For an amphoteric solvent, SH, the autoprotolysis constant, Ks, relates the concentration of its protonated form, SH2+, to that of its deprotonated form, S

\[\mathrm{2SH}\rightleftharpoons \mathrm{SH_2^+}+\mathrm{S^-}\]

\[K_\textrm s = [\mathrm{SH_2^+}][\mathrm{S^-}]\]

and the solvent’s pH and pOH are

\[\textrm{pH}=-\log[\mathrm{SH_2^+}]\]

\[\textrm{pOH}=-\log[\mathrm{S^-}]\]

Note

You should recognize that Kw is just specific form of Ks when the solvent is water.

The most important limitation imposed by Ks is the change in pH during a titration. To understand why this is true, let’s consider the titration of 50.0 mL of 1.0×10–4 M HCl using 1.0×10–4 M NaOH. Before the equivalence point, the pH is determined by the untitrated strong acid. For example, when the volume of NaOH is 90% of Veq, the concentration of H3O+ is

\[\begin{align}
[\mathrm{H_3O^+}]&=\dfrac{M_\textrm aV_\textrm a-M_\textrm bV_\textrm b}{V_\textrm a+V_\textrm b}\\
&=\dfrac{\mathrm{(1.0\times10^{-4}\;M)(50.0\;mL)}-(\mathrm{1.0\times10^{-4}\;M)(45.0\;mL)}}{\textrm{50.0 mL + 45.0 mL}}\\
&=5.3\times10^{-6}\textrm{ M}
\end{align}\]

Note

The titration’s equivalence point requires 50.0 mL of NaOH; thus, 90% of Veq is 45.0 mL of NaOH.

and the pH is 5.3. When the volume of NaOH is 110% of Veq, the concentration of OH is

\[\begin{align}
[\mathrm{OH^-}]&=\dfrac{M_\textrm bV_\textrm b-M_\textrm aV_\textrm a}{V_\textrm a+V_\textrm b}\\
&=\dfrac{(1.0\times10^{-4}\textrm{ M})(55.0\textrm{ mL})-(1.0\times10^{-4} \textrm{ M})(50.0\textrm{ mL})}{\textrm{50.0 mL + 55.0 mL}}\\
&=4.8\times10^{-6}\textrm{ M}
\end{align}\]

Note

The titration’s equivalence point requires 50.0 mL of NaOH; thus, 110% of Veq is 55.0 mL of NaOH.

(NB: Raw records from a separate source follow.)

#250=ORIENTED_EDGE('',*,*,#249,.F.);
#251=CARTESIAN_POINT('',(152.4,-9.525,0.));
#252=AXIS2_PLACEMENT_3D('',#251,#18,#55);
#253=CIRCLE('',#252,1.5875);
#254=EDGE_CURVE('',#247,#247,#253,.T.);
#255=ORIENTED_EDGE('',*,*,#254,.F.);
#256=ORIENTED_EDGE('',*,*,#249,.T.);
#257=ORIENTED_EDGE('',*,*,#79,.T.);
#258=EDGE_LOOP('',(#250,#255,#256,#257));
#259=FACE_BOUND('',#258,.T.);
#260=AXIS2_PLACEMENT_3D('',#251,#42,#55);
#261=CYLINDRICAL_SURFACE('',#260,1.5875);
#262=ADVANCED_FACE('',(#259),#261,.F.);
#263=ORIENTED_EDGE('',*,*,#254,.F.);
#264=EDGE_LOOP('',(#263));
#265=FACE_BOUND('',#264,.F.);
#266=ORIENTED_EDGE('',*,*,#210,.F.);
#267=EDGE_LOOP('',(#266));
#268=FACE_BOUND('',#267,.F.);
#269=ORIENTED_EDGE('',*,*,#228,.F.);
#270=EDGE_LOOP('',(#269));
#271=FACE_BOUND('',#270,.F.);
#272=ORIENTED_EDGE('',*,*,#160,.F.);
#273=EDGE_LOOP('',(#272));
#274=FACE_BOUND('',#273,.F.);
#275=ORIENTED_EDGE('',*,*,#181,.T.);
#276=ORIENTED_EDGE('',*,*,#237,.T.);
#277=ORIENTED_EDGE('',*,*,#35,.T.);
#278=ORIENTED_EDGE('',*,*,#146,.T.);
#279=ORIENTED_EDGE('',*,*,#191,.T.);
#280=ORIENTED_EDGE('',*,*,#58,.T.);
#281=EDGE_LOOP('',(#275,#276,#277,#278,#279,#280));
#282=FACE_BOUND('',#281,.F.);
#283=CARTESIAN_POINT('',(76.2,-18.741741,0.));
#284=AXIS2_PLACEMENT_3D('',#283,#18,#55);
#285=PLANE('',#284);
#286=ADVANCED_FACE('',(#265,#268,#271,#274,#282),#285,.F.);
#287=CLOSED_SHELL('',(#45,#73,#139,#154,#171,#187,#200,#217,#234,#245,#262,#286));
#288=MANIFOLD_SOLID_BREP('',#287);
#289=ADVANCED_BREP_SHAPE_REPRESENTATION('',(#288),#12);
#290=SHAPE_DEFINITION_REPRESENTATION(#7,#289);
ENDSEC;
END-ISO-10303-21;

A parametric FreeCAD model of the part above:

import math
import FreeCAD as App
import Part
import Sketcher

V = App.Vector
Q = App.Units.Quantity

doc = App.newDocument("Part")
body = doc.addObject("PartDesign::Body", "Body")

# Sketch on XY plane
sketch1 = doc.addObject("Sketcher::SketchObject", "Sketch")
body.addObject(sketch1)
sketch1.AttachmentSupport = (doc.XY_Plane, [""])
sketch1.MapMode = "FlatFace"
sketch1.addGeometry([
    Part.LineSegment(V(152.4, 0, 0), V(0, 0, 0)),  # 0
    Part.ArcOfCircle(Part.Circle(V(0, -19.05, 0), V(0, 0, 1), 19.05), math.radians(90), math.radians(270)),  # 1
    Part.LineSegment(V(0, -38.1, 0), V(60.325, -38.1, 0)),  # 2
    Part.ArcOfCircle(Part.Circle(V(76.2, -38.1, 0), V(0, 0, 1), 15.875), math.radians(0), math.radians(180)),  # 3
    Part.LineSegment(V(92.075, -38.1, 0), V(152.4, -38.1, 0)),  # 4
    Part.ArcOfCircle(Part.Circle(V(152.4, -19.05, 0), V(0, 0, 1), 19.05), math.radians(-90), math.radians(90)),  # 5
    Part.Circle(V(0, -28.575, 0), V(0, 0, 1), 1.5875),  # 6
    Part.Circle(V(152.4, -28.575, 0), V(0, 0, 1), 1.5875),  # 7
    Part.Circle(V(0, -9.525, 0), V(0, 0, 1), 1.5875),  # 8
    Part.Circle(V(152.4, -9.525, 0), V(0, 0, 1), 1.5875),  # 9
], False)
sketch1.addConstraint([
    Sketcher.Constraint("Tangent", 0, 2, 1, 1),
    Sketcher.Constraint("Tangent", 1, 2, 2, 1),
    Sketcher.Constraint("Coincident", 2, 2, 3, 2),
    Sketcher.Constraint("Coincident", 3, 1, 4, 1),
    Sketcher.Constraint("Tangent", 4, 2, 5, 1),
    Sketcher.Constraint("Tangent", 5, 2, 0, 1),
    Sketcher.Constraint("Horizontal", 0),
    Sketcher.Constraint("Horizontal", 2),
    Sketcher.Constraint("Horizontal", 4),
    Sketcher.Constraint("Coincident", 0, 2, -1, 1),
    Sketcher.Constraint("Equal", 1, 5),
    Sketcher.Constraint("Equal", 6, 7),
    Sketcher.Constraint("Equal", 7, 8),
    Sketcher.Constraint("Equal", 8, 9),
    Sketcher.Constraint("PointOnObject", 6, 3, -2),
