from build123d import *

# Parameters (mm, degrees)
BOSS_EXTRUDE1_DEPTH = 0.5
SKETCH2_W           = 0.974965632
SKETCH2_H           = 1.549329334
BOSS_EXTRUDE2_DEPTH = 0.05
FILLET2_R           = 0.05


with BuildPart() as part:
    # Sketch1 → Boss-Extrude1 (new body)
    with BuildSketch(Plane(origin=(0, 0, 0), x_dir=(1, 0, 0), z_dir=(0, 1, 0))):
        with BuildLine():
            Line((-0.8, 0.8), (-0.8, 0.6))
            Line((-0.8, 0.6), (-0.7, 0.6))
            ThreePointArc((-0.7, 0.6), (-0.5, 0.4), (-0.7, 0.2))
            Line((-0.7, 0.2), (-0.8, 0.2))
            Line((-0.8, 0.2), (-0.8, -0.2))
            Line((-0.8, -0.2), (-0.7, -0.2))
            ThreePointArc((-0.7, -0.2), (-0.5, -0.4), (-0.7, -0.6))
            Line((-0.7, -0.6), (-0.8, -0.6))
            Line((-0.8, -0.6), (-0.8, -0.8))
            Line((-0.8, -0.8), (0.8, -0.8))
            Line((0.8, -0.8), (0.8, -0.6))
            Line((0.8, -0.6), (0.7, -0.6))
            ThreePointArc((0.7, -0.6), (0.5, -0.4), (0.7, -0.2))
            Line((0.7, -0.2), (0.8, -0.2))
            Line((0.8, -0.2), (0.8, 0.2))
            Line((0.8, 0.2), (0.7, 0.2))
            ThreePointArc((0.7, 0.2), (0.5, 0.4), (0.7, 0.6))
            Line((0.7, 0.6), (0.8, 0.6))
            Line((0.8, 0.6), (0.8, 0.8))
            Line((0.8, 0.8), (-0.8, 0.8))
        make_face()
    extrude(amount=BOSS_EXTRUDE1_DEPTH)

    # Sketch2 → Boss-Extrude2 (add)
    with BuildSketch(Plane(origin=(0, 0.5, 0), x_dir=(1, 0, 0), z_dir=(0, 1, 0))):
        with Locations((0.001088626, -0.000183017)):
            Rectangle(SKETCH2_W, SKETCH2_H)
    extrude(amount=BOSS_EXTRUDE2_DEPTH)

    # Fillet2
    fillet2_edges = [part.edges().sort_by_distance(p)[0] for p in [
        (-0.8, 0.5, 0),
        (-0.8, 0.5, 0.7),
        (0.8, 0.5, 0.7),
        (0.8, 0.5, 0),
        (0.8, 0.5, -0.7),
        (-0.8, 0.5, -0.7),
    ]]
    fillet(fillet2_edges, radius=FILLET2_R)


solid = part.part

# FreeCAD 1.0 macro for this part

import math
import FreeCAD as App
import Part
import Sketcher
Q = App.Units.Quantity


def edges_at(feature, points):
    """Names of the edges that pass closest to the given points."""
    edges = feature.Shape.Edges
    near = lambda p: min(range(len(edges)), key=lambda i: edges[i].distToShape(Part.Vertex(*p))[0])
    return sorted({f"Edge{near(p) + 1}" for p in points})

doc = App.newDocument("Part")
body = doc.addObject("PartDesign::Body", "Body")

# Sketch on XZ plane
sketch1 = body.newObject("Sketcher::SketchObject", "Sketch")
sketch1.AttachmentSupport = (doc.getObject("XZ_Plane"), [""])
sketch1.MapMode = "FlatFace"
sketch1.addGeometry(Part.LineSegment(App.Vector(-0.8, -0.8, 0), App.Vector(-0.8, -0.6, 0)), False)
sketch1.addGeometry(Part.LineSegment(App.Vector(-0.8, -0.6, 0), App.Vector(-0.7, -0.6, 0)), False)
sketch1.addGeometry(Part.ArcOfCircle(Part.Circle(App.Vector(-0.7, -0.4, 0), App.Vector(0, 0, 1), 0.2), math.radians(-90), math.radians(90)), False)
sketch1.addGeometry(Part.LineSegment(App.Vector(-0.7, -0.2, 0), App.Vector(-0.8, -0.2, 0)), False)
sketch1.addGeometry(Part.LineSegment(App.Vector(-0.8, -0.2, 0), App.Vector(-0.8, 0.2, 0)), False)
sketch1.addGeometry(Part.LineSegment(App.Vector(-0.8, 0.2, 0), App.Vector(-0.7, 0.2, 0)), False)
sketch1.addGeometry(Part.ArcOfCircle(Part.Circle(App.Vector(-0.7, 0.4, 0), App.Vector(0, 0, 1), 0.2), math.radians(-90), math.radians(90)), False)
sketch1.addGeometry(Part.LineSegment(App.Vector(-0.7, 0.6, 0), App.Vector(-0.8, 0.6, 0)), False)
sketch1.addGeometry(Part.LineSegment(App.Vector(-0.8, 0.6, 0), App.Vector(-0.8, 0.8, 0)), False)
sketch1.addGeometry(Part.LineSegment(App.Vector(-0.8, 0.8, 0), App.Vector(0.8, 0.8, 0)), False)
sketch1.addGeometry(Part.LineSegment(App.Vector(0.8, 0.8, 0), App.Vector(0.8, 0.6, 0)), False)
sketch1.addGeometry(Part.LineSegment(App.Vector(0.8, 0.6, 0), App.Vector(0.7, 0.6, 0)), False)
sketch1.addGeometry(Part.ArcOfCircle(Part.Circle(App.Vector(0.7, 0.4, 0), App.Vector(0, 0, 1), 0.2), math.radians(90), math.radians(270)), False)
sketch1.addGeometry(Part.LineSegment(App.Vector(0.7, 0.2, 0), App.Vector(0.8, 0.2, 0)), False)
sketch1.addGeometry(Part.LineSegment(App.Vector(0.8, 0.2, 0), App.Vector(0.8, -0.2, 0)), False)
sketch1.addGeometry(Part.LineSegment(App.Vector(0.8, -0.2, 0), App.Vector(0.7, -0.2, 0)), False)
sketch1.addGeometry(Part.ArcOfCircle(Part.Circle(App.Vector(0.7, -0.4, 0), App.Vector(0, 0, 1), 0.2), math.radians(90), math.radians(270)), False)
sketch1.addGeometry(Part.LineSegment(App.Vector(0.7, -0.6, 0), App.Vector(0.8, -0.6, 0)), False)
sketch1.addGeometry(Part.LineSegment(App.Vector(0.8, -0.6, 0), App.Vector(0.8, -0.8, 0)), False)
sketch1.addGeometry(Part.LineSegment(App.Vector(0.8, -0.8, 0), App.Vector(-0.8, -0.8, 0)), False)
sketch1.addConstraint(Sketcher.Constraint("Coincident", 0, 2, 1, 1))
sketch1.addConstraint(Sketcher.Constraint("Tangent", 1, 2, 2, 1))
sketch1.addConstraint(Sketcher.Constraint("Tangent", 2, 2, 3, 1))
sketch1.addConstraint(Sketcher.Constraint("Coincident", 3, 2, 4, 1))
sketch1.addConstraint(Sketcher.Constraint("Coincident", 4, 2, 5, 1))
sketch1.addConstraint(Sketcher.Constraint("Tangent", 5, 2, 6, 1))
sketch1.addConstraint(Sketcher.Constraint("Tangent", 6, 2, 7, 1))
sketch1.addConstraint(Sketcher.Constraint("Coincident", 7, 2, 8, 1))
sketch1.addConstraint(Sketcher.Constraint("Coincident", 8, 2, 9, 1))
sketch1.addConstraint(Sketcher.Constraint("Coincident", 9, 2, 10, 1))
sketch1.addConstraint(Sketcher.Constraint("Coincident", 10, 2, 11, 1))
sketch1.addConstraint(Sketcher.Constraint("Tangent", 11, 2, 12, 1))
sketch1.addConstraint(Sketcher.Constraint("Tangent", 12, 2, 13, 1))
sketch1.addConstraint(Sketcher.Constraint("Coincident", 13, 2, 14, 1))
sketch1.addConstraint(Sketcher.Constraint("Coincident", 14, 2, 15, 1))
sketch1.addConstraint(Sketcher.Constraint("Tangent", 15, 2, 16, 1))
sketch1.addConstraint(Sketcher.Constraint("Tangent", 16, 2, 17, 1))
sketch1.addConstraint(Sketcher.Constraint("Coincident", 17, 2, 18, 1))
sketch1.addConstraint(Sketcher.Constraint("Coincident", 18, 2, 19, 1))
sketch1.addConstraint(Sketcher.Constraint("Coincident", 19, 2, 0, 1))
sketch1.addConstraint(Sketcher.Constraint("Vertical", 0))
sketch1.addConstraint(Sketcher.Constraint("Horizontal", 1))
sketch1.addConstraint(Sketcher.Constraint("Horizontal", 3))
sketch1.addConstraint(Sketcher.Constraint("Vertical", 4))
sketch1.addConstraint(Sketcher.Constraint("Horizontal", 5))
sketch1.addConstraint(Sketcher.Constraint("Horizontal", 7))
sketch1.addConstraint(Sketcher.Constraint("Vertical", 8))
sketch1.addConstraint(Sketcher.Constraint("Horizontal", 9))
sketch1.addConstraint(Sketcher.Constraint("Vertical", 10))
sketch1.addConstraint(Sketcher.Constraint("Horizontal", 11))
sketch1.addConstraint(Sketcher.Constraint("Horizontal", 13))
sketch1.addConstraint(Sketcher.Constraint("Vertical", 14))
sketch1.addConstraint(Sketcher.Constraint("Horizontal", 15))
sketch1.addConstraint(Sketcher.Constraint("Horizontal", 17))
sketch1.addConstraint(Sketcher.Constraint("Vertical", 18))
sketch1.addConstraint(Sketcher.Constraint("Horizontal", 19))
sketch1.addConstraint(Sketcher.Constraint("Equal", 2, 6))
sketch1.addConstraint(Sketcher.Constraint("Equal", 6, 12))
sketch1.addConstraint(Sketcher.Constraint("Equal", 12, 16))
sketch1.addConstraint(Sketcher.Constraint("Symmetric", 2, 3, 12, 3, -1, 1))
sketch1.addConstraint(Sketcher.Constraint("Symmetric", 6, 3, 16, 3, -1, 1))
sketch1.addConstraint(Sketcher.Constraint("Symmetric", 8, 2, 18, 2, -1, 1))
sketch1.addConstraint(Sketcher.Constraint("Symmetric", 6, 3, 12, 3, -2))
sketch1.addConstraint(Sketcher.Constraint("Vertical", 0, 2, 3, 2))
sketch1.addConstraint(Sketcher.Constraint("Vertical", 4, 2, 7, 2))
sketch1.addConstraint(Sketcher.Constraint("Vertical", 10, 2, 13, 2))
sketch1.addConstraint(Sketcher.Constraint("Vertical", 14, 2, 17, 2))
sketch1.addConstraint(Sketcher.Constraint("Radius", 2, Q("0.2 mm")))
sketch1.addConstraint(Sketcher.Constraint("DistanceX", 1, 1, 1, 2, Q("0.1 mm")))
sketch1.addConstraint(Sketcher.Constraint("DistanceX", 9, 1, 9, 2, Q("1.6 mm")))
sketch1.addConstraint(Sketcher.Constraint("DistanceY", 0, 1, 0, 2, Q("0.2 mm")))
sketch1.addConstraint(Sketcher.Constraint("DistanceY", 4, 1, 4, 2, Q("0.4 mm")))
pad1 = body.newObject("PartDesign::Pad", "Pad")
pad1.Profile = sketch1
pad1.Length = 0.5
pad1.Reversed = True

# Sketch on XZ plane
sketch2 = body.newObject("Sketcher::SketchObject", "Sketch001")
sketch2.AttachmentSupport = (doc.getObject("XZ_Plane"), [""])
sketch2.MapMode = "FlatFace"
sketch2.AttachmentOffset = App.Placement(App.Vector(0, 0, -0.5), App.Rotation())
sketch2.addGeometry(Part.LineSegment(App.Vector(-0.5, -0.8, 0), App.Vector(-0.5, 0.8, 0)), False)
sketch2.addGeometry(Part.LineSegment(App.Vector(-0.5, 0.8, 0), App.Vector(0.5, 0.8, 0)), False)
sketch2.addGeometry(Part.LineSegment(App.Vector(0.5, 0.8, 0), App.Vector(0.5, -0.8, 0)), False)
sketch2.addGeometry(Part.LineSegment(App.Vector(0.5, -0.8, 0), App.Vector(-0.5, -0.8, 0)), False)
sketch2.addConstraint(Sketcher.Constraint("Coincident", 0, 2, 1, 1))
sketch2.addConstraint(Sketcher.Constraint("Coincident", 1, 2, 2, 1))
sketch2.addConstraint(Sketcher.Constraint("Coincident", 2, 2, 3, 1))
sketch2.addConstraint(Sketcher.Constraint("Coincident", 3, 2, 0, 1))
sketch2.addConstraint(Sketcher.Constraint("Vertical", 0))
sketch2.addConstraint(Sketcher.Constraint("Horizontal", 1))
sketch2.addConstraint(Sketcher.Constraint("Vertical", 2))
sketch2.addConstraint(Sketcher.Constraint("Horizontal", 3))
sketch2.addConstraint(Sketcher.Constraint("DistanceY", 0, 1, 0, 2, Q("1.549329 mm")))
sketch2.addConstraint(Sketcher.Constraint("DistanceX", 1, 1, 1, 2, Q("0.974966 mm")))
sketch2.addConstraint(Sketcher.Constraint("DistanceX", -1, 1, 1, 2, Q("0.488571 mm")))
sketch2.addConstraint(Sketcher.Constraint("DistanceY", 2, 2, -1, 1, Q("0.774482 mm")))
pad2 = body.newObject("PartDesign::Pad", "Pad001")
pad2.Profile = sketch2
pad2.Length = 0.05
pad2.Reversed = True
doc.recompute()

fillet = body.newObject("PartDesign::Fillet", "Fillet")
fillet.Base = (pad2, edges_at(pad2, [
    (-0.8, 0.5, 0),
    (-0.8, 0.5, 0.7),
    (0.8, 0.5, 0.7),
    (0.8, 0.5, 0),
    (0.8, 0.5, -0.7),
    (-0.8, 0.5, -0.7),
]))
fillet.Radius = 0.05

doc.recompute()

and the pOH is 5.3. The titrand’s pH is

\[\textrm{pH}=\textrm pK_\textrm w-\textrm{pOH}=14-5.3=8.7\]

and the change in the titrand’s pH as the titration goes from 90% to 110% of Veq is

\[\Delta\textrm{pH} = 8.7 - 5.3 = 3.4\]

If we carry out the same titration in a nonaqueous solvent with a Ks of 1.0×10–20, the pH after adding 45.0 mL of NaOH is still 5.3. However, the pH after adding 55.0 mL of NaOH is

\[\textrm{pH}=\textrm pK_\textrm s-\textrm{pOH}=20-5.3=14.7\]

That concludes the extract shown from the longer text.